И в у ш к и н. А ты прислушайся: по всей Кулунде молоты в кузницах стучат… народ мечи, пики кует.

О х а п к и н. Слыхали кое-что. Ты, грят, самый главный подпольный штаб?

И в у ш к и н. Много в степи подпольных штабов, Анисим Федорович. Еще большой пожар впереди, а маленькие огоньки во многих местах вспыхивают.


Голос с улицы: «Анисим, налоги тянут!»


О х а п к и н. Вишь, власть, а? Ты б ее, удавку, забыл, так сама тебя помнит…


Заметались Охапкины по избе. Ивушкин взобрался на печь. Еще со двора слышны голоса сборщиков налога: «Что у них еще значится?» — «Самовар». Охапкин слышит и, схватив самовар, ищет глазами, куда б спрятать единственную ценность. И находит — бросает самовар в зыбку, прикрывает тряпкой.


Анютка, качай!


В избе появляется  с б о р щ и к  н а л о г а.


С б о р щ и к. Где самовар?


Анютка качает зыбку.


О х а п к и н. А прохудился — выбросили.


Сборщик ищет.
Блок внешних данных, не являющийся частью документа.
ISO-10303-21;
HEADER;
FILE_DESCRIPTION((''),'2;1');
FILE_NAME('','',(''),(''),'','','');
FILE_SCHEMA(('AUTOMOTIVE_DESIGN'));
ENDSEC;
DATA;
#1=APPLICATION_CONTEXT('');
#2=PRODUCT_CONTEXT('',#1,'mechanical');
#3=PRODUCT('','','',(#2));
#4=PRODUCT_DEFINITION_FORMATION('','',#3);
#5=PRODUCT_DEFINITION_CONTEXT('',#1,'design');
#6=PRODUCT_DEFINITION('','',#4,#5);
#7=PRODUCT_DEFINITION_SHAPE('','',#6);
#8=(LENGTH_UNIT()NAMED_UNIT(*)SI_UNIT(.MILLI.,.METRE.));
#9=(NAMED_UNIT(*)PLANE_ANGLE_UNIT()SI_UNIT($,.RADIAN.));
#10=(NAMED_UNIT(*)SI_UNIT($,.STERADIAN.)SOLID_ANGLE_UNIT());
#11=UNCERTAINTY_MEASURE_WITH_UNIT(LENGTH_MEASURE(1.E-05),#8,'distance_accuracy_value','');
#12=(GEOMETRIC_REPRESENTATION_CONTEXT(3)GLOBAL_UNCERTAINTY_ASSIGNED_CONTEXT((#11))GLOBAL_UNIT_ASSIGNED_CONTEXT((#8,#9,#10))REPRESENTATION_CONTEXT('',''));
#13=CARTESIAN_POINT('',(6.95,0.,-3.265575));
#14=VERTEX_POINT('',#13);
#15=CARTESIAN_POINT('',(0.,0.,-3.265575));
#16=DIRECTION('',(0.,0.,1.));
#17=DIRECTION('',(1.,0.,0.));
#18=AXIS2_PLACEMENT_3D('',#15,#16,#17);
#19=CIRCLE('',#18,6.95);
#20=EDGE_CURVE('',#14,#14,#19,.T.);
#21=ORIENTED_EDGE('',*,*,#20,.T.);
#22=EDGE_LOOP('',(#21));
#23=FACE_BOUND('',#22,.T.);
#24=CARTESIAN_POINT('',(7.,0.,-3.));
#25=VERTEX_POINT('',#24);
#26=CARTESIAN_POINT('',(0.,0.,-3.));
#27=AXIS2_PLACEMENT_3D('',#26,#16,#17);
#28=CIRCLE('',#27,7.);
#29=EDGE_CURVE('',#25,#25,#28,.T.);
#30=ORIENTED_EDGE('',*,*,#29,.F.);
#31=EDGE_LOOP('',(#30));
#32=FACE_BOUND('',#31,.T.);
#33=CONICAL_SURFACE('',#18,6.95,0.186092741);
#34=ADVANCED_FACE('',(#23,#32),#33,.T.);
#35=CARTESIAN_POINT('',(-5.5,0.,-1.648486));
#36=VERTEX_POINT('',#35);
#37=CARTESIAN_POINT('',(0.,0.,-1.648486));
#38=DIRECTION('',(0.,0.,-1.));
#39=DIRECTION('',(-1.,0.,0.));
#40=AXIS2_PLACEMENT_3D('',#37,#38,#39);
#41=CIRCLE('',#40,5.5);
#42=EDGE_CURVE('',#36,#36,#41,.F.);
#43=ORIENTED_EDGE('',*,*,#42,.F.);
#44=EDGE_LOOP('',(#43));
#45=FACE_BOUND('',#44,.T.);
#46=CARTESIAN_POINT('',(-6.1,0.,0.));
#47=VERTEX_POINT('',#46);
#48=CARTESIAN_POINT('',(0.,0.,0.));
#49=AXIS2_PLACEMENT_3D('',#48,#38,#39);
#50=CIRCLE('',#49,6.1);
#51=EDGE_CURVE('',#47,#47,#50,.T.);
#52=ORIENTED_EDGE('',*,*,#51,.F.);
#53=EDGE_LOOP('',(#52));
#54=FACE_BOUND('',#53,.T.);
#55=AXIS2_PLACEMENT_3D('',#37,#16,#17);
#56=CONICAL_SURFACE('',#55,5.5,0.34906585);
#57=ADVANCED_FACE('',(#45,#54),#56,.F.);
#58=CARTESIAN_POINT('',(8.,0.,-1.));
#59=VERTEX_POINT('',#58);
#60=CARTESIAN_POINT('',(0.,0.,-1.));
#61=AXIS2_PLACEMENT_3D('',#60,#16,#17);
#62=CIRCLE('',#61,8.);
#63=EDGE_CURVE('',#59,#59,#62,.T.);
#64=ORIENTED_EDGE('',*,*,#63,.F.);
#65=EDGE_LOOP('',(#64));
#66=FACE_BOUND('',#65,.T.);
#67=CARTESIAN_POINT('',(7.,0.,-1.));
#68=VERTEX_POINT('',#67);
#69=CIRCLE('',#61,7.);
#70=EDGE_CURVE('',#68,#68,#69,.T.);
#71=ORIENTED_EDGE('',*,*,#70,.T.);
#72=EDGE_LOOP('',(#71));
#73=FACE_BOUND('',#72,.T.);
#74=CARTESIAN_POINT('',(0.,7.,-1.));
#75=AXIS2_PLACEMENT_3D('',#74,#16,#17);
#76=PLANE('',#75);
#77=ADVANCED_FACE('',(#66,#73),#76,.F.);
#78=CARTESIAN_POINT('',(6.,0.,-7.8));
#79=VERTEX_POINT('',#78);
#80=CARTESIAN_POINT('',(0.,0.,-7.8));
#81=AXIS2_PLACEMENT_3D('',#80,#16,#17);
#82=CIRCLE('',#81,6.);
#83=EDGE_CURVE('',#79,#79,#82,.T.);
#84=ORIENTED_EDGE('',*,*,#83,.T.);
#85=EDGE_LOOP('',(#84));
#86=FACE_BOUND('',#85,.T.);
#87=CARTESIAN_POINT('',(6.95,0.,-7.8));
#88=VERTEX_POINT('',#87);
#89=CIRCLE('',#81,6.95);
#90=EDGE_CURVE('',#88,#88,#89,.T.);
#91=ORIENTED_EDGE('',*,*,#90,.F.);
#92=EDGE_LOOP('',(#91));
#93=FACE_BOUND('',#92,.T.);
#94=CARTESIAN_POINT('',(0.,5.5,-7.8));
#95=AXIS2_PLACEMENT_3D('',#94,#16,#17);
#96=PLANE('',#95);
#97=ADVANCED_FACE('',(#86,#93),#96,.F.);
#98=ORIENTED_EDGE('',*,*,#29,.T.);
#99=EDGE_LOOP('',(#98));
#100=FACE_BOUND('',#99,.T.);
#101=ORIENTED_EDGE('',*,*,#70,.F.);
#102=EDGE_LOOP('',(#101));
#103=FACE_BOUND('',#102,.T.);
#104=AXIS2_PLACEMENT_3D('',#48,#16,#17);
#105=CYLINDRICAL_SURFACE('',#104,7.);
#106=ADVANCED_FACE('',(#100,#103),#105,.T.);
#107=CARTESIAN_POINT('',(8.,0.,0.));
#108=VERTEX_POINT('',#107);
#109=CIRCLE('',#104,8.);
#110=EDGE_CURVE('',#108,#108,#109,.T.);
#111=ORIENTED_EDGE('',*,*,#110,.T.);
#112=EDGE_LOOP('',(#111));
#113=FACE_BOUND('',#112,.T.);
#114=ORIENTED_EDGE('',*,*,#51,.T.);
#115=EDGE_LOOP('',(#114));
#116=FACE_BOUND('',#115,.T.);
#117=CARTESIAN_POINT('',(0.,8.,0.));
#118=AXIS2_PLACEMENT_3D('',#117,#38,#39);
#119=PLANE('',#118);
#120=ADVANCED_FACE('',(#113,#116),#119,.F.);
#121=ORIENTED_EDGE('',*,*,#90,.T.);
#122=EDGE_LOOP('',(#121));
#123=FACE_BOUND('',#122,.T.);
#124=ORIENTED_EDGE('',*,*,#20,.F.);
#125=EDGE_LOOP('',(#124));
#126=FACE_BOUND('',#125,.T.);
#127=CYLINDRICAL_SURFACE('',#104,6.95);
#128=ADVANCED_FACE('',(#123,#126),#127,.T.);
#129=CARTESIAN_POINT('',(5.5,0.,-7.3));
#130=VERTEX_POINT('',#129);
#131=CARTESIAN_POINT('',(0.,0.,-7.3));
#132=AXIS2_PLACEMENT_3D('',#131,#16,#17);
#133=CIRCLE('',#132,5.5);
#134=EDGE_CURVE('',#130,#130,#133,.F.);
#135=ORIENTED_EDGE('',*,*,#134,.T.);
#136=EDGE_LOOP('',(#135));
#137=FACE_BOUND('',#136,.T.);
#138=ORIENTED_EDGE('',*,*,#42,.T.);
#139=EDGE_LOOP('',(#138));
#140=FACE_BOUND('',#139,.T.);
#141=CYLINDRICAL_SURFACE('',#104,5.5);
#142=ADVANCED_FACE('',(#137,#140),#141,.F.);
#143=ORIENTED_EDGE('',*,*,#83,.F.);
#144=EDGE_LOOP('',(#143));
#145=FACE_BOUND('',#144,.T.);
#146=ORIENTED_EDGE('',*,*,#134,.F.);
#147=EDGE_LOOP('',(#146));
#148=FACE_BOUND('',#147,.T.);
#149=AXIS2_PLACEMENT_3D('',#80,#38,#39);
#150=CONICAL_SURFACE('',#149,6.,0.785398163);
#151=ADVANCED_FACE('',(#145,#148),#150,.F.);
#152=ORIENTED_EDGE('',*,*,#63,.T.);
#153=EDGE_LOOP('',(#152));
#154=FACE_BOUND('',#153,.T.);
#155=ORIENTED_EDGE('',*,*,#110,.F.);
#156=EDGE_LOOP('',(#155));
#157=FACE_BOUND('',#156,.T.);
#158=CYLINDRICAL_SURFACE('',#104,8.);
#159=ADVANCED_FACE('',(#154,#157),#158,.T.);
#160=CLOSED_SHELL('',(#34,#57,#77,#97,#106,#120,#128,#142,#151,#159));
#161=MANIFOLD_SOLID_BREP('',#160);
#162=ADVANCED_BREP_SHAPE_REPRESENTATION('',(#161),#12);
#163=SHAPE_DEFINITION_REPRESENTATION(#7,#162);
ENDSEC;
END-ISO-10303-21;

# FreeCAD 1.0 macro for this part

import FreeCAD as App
import Part
import Sketcher
from FreeCAD import Vector


def edges_at(feature, points):
    """Names of the edges that pass closest to the given points."""
    edges = feature.Shape.Edges
    near = lambda p: min(range(len(edges)), key=lambda i: edges[i].distToShape(Part.Vertex(*p))[0])
    return sorted({f"Edge{near(p) + 1}" for p in points})


def add_polygon(sketch, points):
    """Adds a closed chain of lines whose ends are joined by coincident constraints."""
    first, n = sketch.GeometryCount, len(points)
    for a, b in zip(points, points[1:] + points[:1]):
        sketch.addGeometry(Part.LineSegment(App.Vector(*a, 0), App.Vector(*b, 0)), False)
    for i in range(n):
        sketch.addConstraint(Sketcher.Constraint("Coincident", first + i, 2, first + (i + 1) % n, 1))

doc = App.newDocument("Part")
body = doc.addObject("PartDesign::Body", "Body")

sketch1 = body.newObject("Sketcher::SketchObject", "Sketch")
sketch1.AttachmentSupport = (doc.getObject("YZ_Plane"), [""])
sketch1.MapMode = "FlatFace"
add_polygon(sketch1, [(5.5, 0), (5.5, -7.8), (6.95, -7.8), (6.95, -3.27), (7, -3), (7, -1), (8, -1), (8, 0)])
sketch1.addConstraint(Sketcher.Constraint("Vertical", 0))
sketch1.addConstraint(Sketcher.Constraint("Horizontal", 1))
sketch1.addConstraint(Sketcher.Constraint("Vertical", 2))
sketch1.addConstraint(Sketcher.Constraint("Vertical", 4))
sketch1.addConstraint(Sketcher.Constraint("Horizontal", 5))
sketch1.addConstraint(Sketcher.Constraint("Vertical", 6))
sketch1.addConstraint(Sketcher.Constraint("Horizontal", 7))
sketch1.addConstraint(Sketcher.Constraint("PointOnObject", 6, 2, -1))
sketch1.addConstraint(Sketcher.Constraint("Equal", 5, 6))
sketch1.addConstraint(Sketcher.Constraint("DistanceX", 5, 1, 5, 2, 1.0))
sketch1.addConstraint(Sketcher.Constraint("DistanceY", 4, 1, 4, 2, 2.0))
sketch1.addConstraint(Sketcher.Constraint("DistanceX", 7, 2, 7, 1, 2.5))
sketch1.addConstraint(Sketcher.Constraint("DistanceY", 0, 2, 0, 1, 7.8))
sketch1.addConstraint(Sketcher.Constraint("DistanceX", -1, 1, 3, 2, 7.0))
sketch1.addConstraint(Sketcher.Constraint("DistanceX", 1, 1, 1, 2, 1.45))
sketch1.addConstraint(Sketcher.Constraint("Distance", 3, 0.27024))
revolution = body.newObject("PartDesign::Revolution", "Revolution")
revolution.Profile = sketch1
revolution.ReferenceAxis = (sketch1, ["V_Axis"])
revolution.Angle = 360
doc.recompute()

chamfer = body.newObject("PartDesign::Chamfer", "Chamfer")
chamfer.Base = (revolution, edges_at(revolution, [(0, -5.5, -7.8)]))
chamfer.Size = 0.5
doc.recompute()

chamfer2 = body.newObject("PartDesign::Chamfer", "Chamfer001")
chamfer2.Base = (chamfer, edges_at(chamfer, [(0, -5.5, 0)]))
chamfer2.ChamferType = "Two distances"
chamfer2.Size = 0.6
chamfer2.Size2 = 1.648486
chamfer2.FlipDirection = True

doc.recompute()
Опустившись на четвереньки, заглядывает под скамью. Из самовара, лежащего в зыбке, полилась вода — да прямо сборщику за ворот…
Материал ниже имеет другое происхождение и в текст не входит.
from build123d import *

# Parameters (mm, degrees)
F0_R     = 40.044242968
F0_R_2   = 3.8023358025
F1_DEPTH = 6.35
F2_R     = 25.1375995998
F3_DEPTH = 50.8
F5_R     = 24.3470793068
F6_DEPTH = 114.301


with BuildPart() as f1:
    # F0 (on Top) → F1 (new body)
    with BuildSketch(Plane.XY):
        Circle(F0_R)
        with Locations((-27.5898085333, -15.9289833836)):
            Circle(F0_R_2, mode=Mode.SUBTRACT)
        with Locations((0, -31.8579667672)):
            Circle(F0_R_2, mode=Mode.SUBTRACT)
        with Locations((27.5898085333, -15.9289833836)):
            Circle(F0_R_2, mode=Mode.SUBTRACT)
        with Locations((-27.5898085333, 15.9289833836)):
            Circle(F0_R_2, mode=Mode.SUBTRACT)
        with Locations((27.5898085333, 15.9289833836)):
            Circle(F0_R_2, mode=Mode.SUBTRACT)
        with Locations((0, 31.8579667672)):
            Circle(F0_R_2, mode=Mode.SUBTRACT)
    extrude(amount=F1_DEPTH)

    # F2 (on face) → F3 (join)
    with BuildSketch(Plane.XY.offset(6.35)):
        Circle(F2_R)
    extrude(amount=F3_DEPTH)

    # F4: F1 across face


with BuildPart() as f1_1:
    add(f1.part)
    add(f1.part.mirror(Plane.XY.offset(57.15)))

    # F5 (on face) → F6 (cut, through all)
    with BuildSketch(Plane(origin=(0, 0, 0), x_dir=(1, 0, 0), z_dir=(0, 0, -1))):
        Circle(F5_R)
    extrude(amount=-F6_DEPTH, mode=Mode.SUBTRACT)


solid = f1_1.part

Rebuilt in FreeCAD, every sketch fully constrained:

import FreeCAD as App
import Part
import Sketcher

V = App.Vector

doc = App.newDocument("Part")
params = doc.addObject("Spreadsheet::Sheet", "Params")
for row, (alias, value) in enumerate([
    ("pad1_length", "0.25 in"),
    ("pad2_length", "2 in"),
], start=1):
    params.set(f"A{row}", alias)
    params.set(f"B{row}", "=" + value)
    params.setAlias(f"B{row}", alias)

body = doc.addObject("PartDesign::Body", "Body")

# Sketch on XY plane
sketch1 = doc.addObject("Sketcher::SketchObject", "Sketch")
body.addObject(sketch1)
sketch1.AttachmentSupport = (doc.XY_Plane, [""])
sketch1.MapMode = "FlatFace"
sketch1.addGeometry([
    Part.Circle(V(0, 0, 0), V(0, 0, 1), 40.044243),  # 0
    Part.Circle(V(-27.589809, -15.928983, 0), V(0, 0, 1), 3.802336),  # 1
    Part.Circle(V(0, -31.857967, 0), V(0, 0, 1), 3.802336),  # 2
    Part.Circle(V(27.589809, -15.928983, 0), V(0, 0, 1), 3.802336),  # 3
    Part.Circle(V(-27.589809, 15.928983, 0), V(0, 0, 1), 3.802336),  # 4
    Part.Circle(V(27.589809, 15.928983, 0), V(0, 0, 1), 3.802336),  # 5
    Part.Circle(V(0, 31.857967, 0), V(0, 0, 1), 3.802336),  # 6
], False)
sketch1.addConstraint([
    Sketcher.Constraint("Coincident", 0, 3, -1, 1),
    Sketcher.Constraint("Equal", 1, 2),
    Sketcher.Constraint("Equal", 2, 3),
    Sketcher.Constraint("Equal", 3, 4),
    Sketcher.Constraint("Equal", 4, 5),
    Sketcher.Constraint("Equal", 5, 6),
    Sketcher.Constraint("Symmetric", 3, 3, 4, 3, -1, 1),
    Sketcher.Constraint("Symmetric", 1, 3, 5, 3, -1, 1),
    Sketcher.Constraint("Symmetric", 2, 3, 6, 3, -1, 1),
    Sketcher.Constraint("Symmetric", 1, 3, 3, 3, -2),
    Sketcher.Constraint("PointOnObject", 2, 3, -2),
    Sketcher.Constraint("Diameter", 1, 7.604672),
    Sketcher.Constraint("Diameter", 0, 80.088486),
    Sketcher.Constraint("DistanceX", 1, 3, -1, 1, 27.589809),
    Sketcher.Constraint("DistanceY", 2, 3, 4, 3, 47.78695),
    Sketcher.Constraint("DistanceY", 1, 3, -1, 1, 15.928983),
])
pad1 = doc.addObject("PartDesign::Pad", "Pad")
body.addObject(pad1)
pad1.Profile = sketch1
pad1.setExpression("Length", "Params.pad1_length")

# Sketch on XY plane
sketch2 = doc.addObject("Sketcher::SketchObject", "Sketch001")
body.addObject(sketch2)
sketch2.AttachmentSupport = (doc.XY_Plane, [""])
sketch2.MapMode = "FlatFace"
sketch2.AttachmentOffset = App.Placement(V(0, 0, 0.25 * 25.4), App.Rotation())
sketch2.addGeometry(Part.Circle(V(0, 0, 0), V(0, 0, 1), 25.1376), False)
sketch2.addConstraint([
    Sketcher.Constraint("Coincident", 0, 3, -1, 1),
    Sketcher.Constraint("Diameter", 0, 50.275199),
])
pad2 = doc.addObject("PartDesign::Pad", "Pad001")
body.addObject(pad2)
pad2.Profile = sketch2
pad2.setExpression("Length", "Params.pad2_length")
body2 = doc.addObject("PartDesign::Body", "Body001")
doc.recompute()

body2.BaseFeature = body
doc.recompute()

mirroring = doc.addObject("Part::Mirroring", "Mirroring")
mirroring.Source = body
mirroring.Base = V(0, 0, 57.15)
mirroring.Normal = V(0, 0, 1)
body3 = doc.addObject("PartDesign::Body", "Body002")
body3.BaseFeature = mirroring
boolean = doc.addObject("PartDesign::Boolean", "Boolean")
body2.addObject(boolean)
boolean.Type = "Fuse"
boolean.addObjects([body3])
doc.recompute()

# Sketch on XY plane
sketch3 = doc.addObject("Sketcher::SketchObject", "Sketch002")
body2.addObject(sketch3)
sketch3.AttachmentSupport = (doc.getObject("XY_Plane001"), [""])
sketch3.MapMode = "FlatFace"
sketch3.addGeometry(Part.Circle(V(0, 0, 0), V(0, 0, 1), 24.347079), False)
sketch3.addConstraint([
    Sketcher.Constraint("Coincident", 0, 3, -1, 1),
    Sketcher.Constraint("Diameter", 0, 48.694159),
])
pocket1 = doc.addObject("PartDesign::Pocket", "Pocket")
body2.addObject(pocket1)
pocket1.Profile = sketch3
pocket1.Type = "ThroughAll"
pocket1.Reversed = True
mirroring.Visibility = False

doc.recompute()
А н ю т к а (испуганная, еще старательнее качает зыбку). А-а-а, а-а-а-а!

С б о р щ и к. Тьфу! (Встает, обтирается шапкой.) Где самовар?

О х а п к и н. Говорю, прохудился, выбросили.


Плюнув с досады, с б о р щ и к  уходит. О х а п к и н  выходит проводить.


А н ю т к а. Дядя Ивушкин, Ванька наш мамку к фелшару не повез, не! Тятька врет. Мамка сама его прятать повезла от солдатчины. В некруты его брали адмиральские. Теперь он в бегах. А тятьке шомполами каратели всыпали…

И в у ш к и н. За что они ему?

А н ю т к а. А за Ваньку! Всех мужиков пороли, у кого сыны от солдатчины сбегли.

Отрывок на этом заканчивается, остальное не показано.